Грубей весеннего снега, но мягче стандартной пыли,
Радуюсь, но как серость. И письма лежат не вскрыты...
Вдоль стен проносятся своры. В зелёных автомобилях.
В соседней же зале бабки. Корпят над разбитым корытом.
Капуста мелким помолом. Воробьи облепившие ветки.
Всё стало землистого цвета. Земля нынче больше пухом...
И снятся мне, снятся павлины. В брутальных собачьих клетках.
И также лоснится небо, во имя святаго духа...
А вот бы схватил за локти, под занавес тысячелетий,
Какой-нибудь жалкий Голем, с каким-нибудь добрым взглядом...
Тогда б ты меня восполнил, апрельский суровый ветер,
И стало бы мне в улыбку дышать канцелярским ядом...

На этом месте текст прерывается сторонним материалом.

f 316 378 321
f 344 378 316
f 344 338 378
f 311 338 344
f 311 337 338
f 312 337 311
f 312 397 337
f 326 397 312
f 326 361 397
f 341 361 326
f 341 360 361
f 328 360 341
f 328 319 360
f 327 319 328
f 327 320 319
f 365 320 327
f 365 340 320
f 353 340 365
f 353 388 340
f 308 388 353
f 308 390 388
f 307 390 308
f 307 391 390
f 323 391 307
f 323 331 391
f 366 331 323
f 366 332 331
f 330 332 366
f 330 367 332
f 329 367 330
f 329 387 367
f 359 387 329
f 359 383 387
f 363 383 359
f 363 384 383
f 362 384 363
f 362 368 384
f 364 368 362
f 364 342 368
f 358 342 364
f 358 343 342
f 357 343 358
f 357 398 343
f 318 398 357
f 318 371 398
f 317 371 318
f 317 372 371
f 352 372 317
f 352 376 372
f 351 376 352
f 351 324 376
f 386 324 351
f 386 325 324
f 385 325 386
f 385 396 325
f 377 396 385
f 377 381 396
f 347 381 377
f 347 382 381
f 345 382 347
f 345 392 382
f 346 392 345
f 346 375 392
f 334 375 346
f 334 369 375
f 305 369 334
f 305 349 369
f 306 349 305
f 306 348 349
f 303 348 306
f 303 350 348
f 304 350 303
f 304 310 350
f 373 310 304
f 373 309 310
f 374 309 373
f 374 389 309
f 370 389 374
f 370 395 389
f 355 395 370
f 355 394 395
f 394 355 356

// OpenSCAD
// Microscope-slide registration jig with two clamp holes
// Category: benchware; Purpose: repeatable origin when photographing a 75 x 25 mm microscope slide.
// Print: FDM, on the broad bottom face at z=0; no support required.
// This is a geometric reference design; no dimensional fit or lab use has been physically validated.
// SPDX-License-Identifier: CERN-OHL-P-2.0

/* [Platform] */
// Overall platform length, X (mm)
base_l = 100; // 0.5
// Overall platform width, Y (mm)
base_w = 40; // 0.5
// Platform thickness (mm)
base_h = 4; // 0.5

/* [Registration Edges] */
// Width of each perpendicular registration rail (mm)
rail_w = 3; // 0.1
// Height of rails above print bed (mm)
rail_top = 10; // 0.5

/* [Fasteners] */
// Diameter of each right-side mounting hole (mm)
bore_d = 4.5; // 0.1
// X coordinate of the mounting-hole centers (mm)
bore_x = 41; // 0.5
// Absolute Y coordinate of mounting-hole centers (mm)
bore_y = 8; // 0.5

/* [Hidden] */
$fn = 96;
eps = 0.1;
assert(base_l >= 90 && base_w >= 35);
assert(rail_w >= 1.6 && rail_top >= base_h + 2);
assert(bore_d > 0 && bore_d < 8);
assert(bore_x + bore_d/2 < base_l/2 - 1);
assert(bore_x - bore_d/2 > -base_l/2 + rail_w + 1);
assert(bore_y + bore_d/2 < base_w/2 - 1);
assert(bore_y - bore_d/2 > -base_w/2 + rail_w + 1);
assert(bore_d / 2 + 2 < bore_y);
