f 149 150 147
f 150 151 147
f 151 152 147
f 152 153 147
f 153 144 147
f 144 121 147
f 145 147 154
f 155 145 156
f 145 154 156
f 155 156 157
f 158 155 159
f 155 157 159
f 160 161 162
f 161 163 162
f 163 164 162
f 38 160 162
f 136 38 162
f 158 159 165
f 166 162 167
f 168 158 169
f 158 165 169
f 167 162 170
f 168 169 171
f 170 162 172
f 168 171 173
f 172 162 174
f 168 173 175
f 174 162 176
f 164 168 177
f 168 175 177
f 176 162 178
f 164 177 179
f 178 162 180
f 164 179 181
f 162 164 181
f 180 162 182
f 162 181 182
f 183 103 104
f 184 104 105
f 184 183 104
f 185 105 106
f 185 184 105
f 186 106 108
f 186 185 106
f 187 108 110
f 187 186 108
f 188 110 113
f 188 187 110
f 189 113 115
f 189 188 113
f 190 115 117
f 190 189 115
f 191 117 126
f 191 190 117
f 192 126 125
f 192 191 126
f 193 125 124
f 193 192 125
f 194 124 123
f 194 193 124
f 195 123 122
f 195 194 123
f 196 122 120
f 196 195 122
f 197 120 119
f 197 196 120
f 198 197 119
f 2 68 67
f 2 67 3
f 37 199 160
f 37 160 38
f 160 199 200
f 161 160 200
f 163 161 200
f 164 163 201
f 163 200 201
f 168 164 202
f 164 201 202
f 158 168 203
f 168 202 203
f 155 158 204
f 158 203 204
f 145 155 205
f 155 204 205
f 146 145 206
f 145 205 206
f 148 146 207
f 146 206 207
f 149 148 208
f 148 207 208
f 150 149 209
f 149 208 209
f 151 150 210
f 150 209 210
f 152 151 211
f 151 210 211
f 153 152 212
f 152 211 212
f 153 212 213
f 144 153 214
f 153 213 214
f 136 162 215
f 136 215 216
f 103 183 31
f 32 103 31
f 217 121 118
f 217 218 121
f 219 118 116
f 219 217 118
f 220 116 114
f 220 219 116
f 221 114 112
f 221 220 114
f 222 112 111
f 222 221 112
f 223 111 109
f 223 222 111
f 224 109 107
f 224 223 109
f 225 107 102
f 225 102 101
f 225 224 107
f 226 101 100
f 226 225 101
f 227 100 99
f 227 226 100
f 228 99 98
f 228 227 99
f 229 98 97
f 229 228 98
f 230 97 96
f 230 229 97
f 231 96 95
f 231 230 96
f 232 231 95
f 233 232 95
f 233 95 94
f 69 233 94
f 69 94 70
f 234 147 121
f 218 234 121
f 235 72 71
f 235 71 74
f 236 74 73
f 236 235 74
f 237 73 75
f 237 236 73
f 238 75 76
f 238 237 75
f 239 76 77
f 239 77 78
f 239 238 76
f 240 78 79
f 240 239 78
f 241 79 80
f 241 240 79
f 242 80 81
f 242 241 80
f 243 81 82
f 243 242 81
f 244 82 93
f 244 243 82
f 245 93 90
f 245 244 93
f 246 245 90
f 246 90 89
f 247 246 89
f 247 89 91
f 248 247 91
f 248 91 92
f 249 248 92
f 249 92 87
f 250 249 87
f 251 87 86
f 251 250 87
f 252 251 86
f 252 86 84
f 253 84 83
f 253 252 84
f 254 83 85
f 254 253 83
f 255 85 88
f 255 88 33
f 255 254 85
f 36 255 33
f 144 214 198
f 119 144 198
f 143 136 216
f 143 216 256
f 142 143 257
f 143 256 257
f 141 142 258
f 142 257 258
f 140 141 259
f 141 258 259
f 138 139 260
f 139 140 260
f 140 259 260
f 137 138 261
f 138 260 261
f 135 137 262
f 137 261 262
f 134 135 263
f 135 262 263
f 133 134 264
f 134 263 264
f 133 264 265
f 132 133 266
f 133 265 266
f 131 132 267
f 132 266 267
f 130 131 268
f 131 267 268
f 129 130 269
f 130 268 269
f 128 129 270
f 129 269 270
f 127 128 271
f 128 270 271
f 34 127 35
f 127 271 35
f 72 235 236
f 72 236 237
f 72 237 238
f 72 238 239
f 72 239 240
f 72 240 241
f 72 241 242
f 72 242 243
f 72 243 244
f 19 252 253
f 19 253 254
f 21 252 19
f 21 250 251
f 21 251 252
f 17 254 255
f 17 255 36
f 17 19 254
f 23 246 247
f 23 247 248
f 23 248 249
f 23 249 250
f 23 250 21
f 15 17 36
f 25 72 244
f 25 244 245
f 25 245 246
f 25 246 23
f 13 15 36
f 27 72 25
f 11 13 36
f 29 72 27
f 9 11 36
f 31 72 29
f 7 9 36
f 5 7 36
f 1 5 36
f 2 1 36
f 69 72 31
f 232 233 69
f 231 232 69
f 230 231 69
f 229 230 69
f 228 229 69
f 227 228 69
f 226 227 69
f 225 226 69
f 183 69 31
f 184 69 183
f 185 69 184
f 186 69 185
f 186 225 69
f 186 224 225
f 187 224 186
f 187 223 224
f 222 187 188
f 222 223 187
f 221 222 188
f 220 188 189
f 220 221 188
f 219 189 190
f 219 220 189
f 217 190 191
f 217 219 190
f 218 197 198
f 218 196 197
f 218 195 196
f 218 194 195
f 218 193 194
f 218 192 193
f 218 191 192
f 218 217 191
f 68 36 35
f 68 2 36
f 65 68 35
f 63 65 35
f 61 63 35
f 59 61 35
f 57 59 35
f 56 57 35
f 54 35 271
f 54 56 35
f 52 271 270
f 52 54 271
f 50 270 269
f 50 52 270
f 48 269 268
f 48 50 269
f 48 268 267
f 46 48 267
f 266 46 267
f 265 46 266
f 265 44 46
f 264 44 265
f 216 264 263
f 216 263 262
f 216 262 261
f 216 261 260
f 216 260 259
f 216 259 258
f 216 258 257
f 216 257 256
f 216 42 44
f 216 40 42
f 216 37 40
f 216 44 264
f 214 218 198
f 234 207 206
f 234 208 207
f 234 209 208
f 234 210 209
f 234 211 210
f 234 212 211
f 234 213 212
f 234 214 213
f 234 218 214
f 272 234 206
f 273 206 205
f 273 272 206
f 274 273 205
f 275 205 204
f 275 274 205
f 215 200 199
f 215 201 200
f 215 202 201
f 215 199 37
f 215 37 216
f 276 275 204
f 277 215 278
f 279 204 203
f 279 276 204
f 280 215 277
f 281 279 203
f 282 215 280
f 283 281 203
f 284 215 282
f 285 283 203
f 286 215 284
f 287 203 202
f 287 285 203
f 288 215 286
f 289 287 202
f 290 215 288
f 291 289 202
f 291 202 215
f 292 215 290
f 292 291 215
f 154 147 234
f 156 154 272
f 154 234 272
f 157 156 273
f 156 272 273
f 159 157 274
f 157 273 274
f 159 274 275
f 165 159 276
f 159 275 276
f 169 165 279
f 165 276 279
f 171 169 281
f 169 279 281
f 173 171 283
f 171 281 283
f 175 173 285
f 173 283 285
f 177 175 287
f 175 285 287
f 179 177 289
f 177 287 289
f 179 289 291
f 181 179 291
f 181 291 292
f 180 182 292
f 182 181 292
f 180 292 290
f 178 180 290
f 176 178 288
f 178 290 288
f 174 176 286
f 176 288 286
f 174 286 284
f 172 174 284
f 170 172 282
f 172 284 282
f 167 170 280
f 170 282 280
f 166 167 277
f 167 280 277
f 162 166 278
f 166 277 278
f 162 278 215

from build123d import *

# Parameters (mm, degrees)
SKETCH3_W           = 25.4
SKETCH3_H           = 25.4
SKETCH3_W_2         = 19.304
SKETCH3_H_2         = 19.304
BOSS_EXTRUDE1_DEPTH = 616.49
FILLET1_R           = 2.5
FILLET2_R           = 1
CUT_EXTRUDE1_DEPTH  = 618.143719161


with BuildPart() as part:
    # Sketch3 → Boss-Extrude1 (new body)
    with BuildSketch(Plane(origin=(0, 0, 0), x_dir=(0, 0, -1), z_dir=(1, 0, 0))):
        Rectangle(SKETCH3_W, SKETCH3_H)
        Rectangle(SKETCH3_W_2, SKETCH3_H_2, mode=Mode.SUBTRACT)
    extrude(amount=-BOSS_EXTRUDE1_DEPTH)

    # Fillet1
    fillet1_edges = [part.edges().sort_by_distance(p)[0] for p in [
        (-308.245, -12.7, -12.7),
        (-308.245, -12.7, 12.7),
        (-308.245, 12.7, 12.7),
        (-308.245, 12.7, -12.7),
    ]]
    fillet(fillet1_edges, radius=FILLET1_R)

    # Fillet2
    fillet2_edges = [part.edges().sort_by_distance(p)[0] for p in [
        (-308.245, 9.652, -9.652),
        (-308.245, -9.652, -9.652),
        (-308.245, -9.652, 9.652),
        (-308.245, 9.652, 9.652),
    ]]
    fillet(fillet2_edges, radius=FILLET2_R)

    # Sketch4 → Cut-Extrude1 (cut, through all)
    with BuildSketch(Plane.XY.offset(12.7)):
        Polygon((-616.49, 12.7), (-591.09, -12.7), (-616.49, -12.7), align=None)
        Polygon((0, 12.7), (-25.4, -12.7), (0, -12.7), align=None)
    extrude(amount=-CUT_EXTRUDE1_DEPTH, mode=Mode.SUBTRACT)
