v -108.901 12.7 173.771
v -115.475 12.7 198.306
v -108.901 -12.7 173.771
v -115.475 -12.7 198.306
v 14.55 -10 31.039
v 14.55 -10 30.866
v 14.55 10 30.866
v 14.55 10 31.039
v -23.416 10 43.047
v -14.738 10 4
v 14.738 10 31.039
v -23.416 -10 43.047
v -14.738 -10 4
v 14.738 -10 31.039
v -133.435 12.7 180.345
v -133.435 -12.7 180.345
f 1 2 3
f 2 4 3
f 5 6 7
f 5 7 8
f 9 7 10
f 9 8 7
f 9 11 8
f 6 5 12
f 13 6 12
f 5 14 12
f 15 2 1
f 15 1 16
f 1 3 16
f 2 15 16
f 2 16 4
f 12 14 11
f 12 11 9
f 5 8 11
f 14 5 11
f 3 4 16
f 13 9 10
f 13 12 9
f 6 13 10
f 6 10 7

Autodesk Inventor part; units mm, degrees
ref_plane "YZ Plane" through (0, 0, 0) normal (1, 0, 0) x (0, 1, 0)
ref_plane "XZ Plane" through (0, 0, 0) normal (0, 1, 0) x (-1, 0, 0)
ref_plane "XY Plane" through (0, 0, 0) normal (0, 0, 1) x (1, 0, 0)
sketch "PENTAPRISMA" plane through (0, 0, 0) normal (0, 0, 1) x (1, 0, 0)
  line L0 (-36.8404, 92.0637) -> (-26.2338, 81.4571)
  line L1 (-26.2338, 81.4571) -> (-15.6272, 92.0637)
  line L2 (-15.6272, 92.0637) -> (-20.5273, 103.8937)
  line L3 (-20.5273, 103.8937) -> (-31.9403, 103.8937)
  line L4 (-31.9403, 103.8937) -> (-36.8404, 92.0637)
  line L5 (-20.9305, 86.7604) -> (-26.2338, 92.0637) construction
  line L6 (-26.2338, 92.0637) -> (-31.5371, 86.7604) construction
  line L7 (-26.2338, 81.4571) -> (-26.2338, 103.8937) construction
  dimension "d114" = 90
  dimension "d115" = 112.5
  dimension "d116" = 112.5
  dimension "d117" = 112.5
  dimension "d118" = 15
sketch "PRISMA.ENTRADA" plane through (0, 0, 0) normal (0, 0, 1) x (1, 0, 0)
  line L0 (57.6201, 1.807) -> (40.3499, 20.4323)
  line L1 (40.3499, 20.4323) -> (32.8551, -3.8368)
  line L2 (32.8551, -3.8368) -> (57.6201, 1.807)
  line L3 (45.2376, -1.0149) -> (46.3486, -5.8899) construction
  line L4 (45.2376, -1.0149) -> (62.1685, -11.6611)
  line L5 (45.2376, -1.0149) -> (37.1097, 9.9401) construction
  line L6 (45.2376, -1.0149) -> (36.8424, 9.0746) construction
  line L7 (37.1097, 9.9401) -> (31.8295, 29.2305)
  line L8 (36.8424, 9.0746) -> (29.4513, 27.6587)
  line L9 (45.2376, -1.0149) -> (35.5983, 5.0463) construction
  point P0 (40.854, 14.8365)
  dimension "d132" = 5
  dimension "d133" = 25.4
  dimension "d134" = 20
  dimension "d135" = 45
  dimension "d136" = 20
  dimension "d137" = 20
  dimension "d140" = 42.53
  dimension "d141" = 36.15
  dimension "d142" = 18.075
  dimension "d143" = 21.265
sketch "OTICA" plane through (0, 0, 0) normal (0, 1, 0) x (-1, 0, 0)
  line L0 (23.4165, 43.0473) -> (14.7385, 4)
  line L1 (14.7385, 4) -> (-14.7385, 31.039)
  line L2 (-14.7385, 31.039) -> (23.4165, 43.0473)
  line L3 (7.0299, 37.8901) -> (22.401, 42.7277) construction
  line L4 (101.5992, 157.0905) -> (-13.7385, 31.3538)
  line L5 (101.6654, 151.2273) -> (22.401, 42.7277)
  line L6 (14.55, 0) -> (-14.55, 0)
  line L7 (-13.7385, 31.3538) -> (-14.3522, 30.6847) construction
  line L8 (22.401, 42.7277) -> (2.3861, 15.3307) construction
  line L9 (22.401, 42.7277) -> (10.9082, 7.5135)
  line L10 (10.9082, 7.5135) -> (10.9082, 0)
  line L11 (-13.7385, 31.3538) -> (-14.0918, 30.4459)
  line L12 (-14.0918, 30.4459) -> (-14.0918, 0)
  line L13 (14.55, 0) -> (14.55, 4)
  line L14 (14.55, 4) -> (14.7385, 4)
  line L15 (-14.55, 0) -> (-14.55, 31.039)
  line L16 (-14.55, 31.039) -> (-14.7385, 31.039)
  line L17 (14.55, 0) -> (55.2636, 0)
  line L18 (115.4746, 198.3059) -> (108.9006, 173.7714)
  line L19 (108.9006, 173.7714) -> (133.4351, 180.3454)
  line L20 (133.4351, 180.3454) -> (115.4746, 198.3059)
  line L21 (124.4548, 189.3256) -> (127.9904, 192.8612) construction
  line L22 (124.4548, 189.3256) -> (124.4548, 209.3256)
  line L23 (124.4548, 189.3256) -> (119.5075, 176.6135) construction
  line L24 (124.4548, 189.3256) -> (120.3825, 176.8479) construction
  line L25 (119.5075, 176.6135) -> (105.988, 161.875)
  line L26 (120.3825, 176.8479) -> (108.5845, 160.6984)
  line L27 (124.4548, 189.3256) -> (124.4548, 177.9391) construction
  point P0 (0, 0)
  point P1 (0, 0)
  point P2 (0, 0)
  point P3 (-14.55, 30.8662)
  dimension "d1" = 40
  dimension "d188" = 29.1
  dimension "d189" = 36.15
  dimension "d190" = 42.53
  dimension "d191" = 21.265
  dimension "d192" = 18.075
  dimension "d197" = 4
  dimension "d205" = 1
  dimension "d208" = 25
  dimension "d209" = 0.4582
  dimension "d210" = 3.6418
  dimension "d211" = 1.0155
  dimension "d212" = 0.6467
  dimension "d213" = 3.8303
extrude "Extrusion20" add sketch "OTICA" along normal mid plane 25.4 contours L20 L19 L18
extrude "Extrusion21" add sketch "OTICA" along normal mid plane 20 contours L0 L1 L9 L2 | L9 L1 L11 L2 | L11 L1 L15 L16 L2
properties part number "PrismsGeometry" material "Nylon 6/6"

На первых порах не стыдно попахивать свежим мясом.
Потом одинокий голос прорежется мерзким свистом.
И вот очумелый, пьяный, ты воешь загробным басом -
Возьмите меня отсюда, заставьте остановиться...
Я ж гуще весеннего снега, я мягче стандартной пыли,
И пахнет в моей квартире густым сургучом и серой...
И кто-то, скорее добрый, увозит в автомобиле
Обитый холодной кожей комок раскалённых нервов...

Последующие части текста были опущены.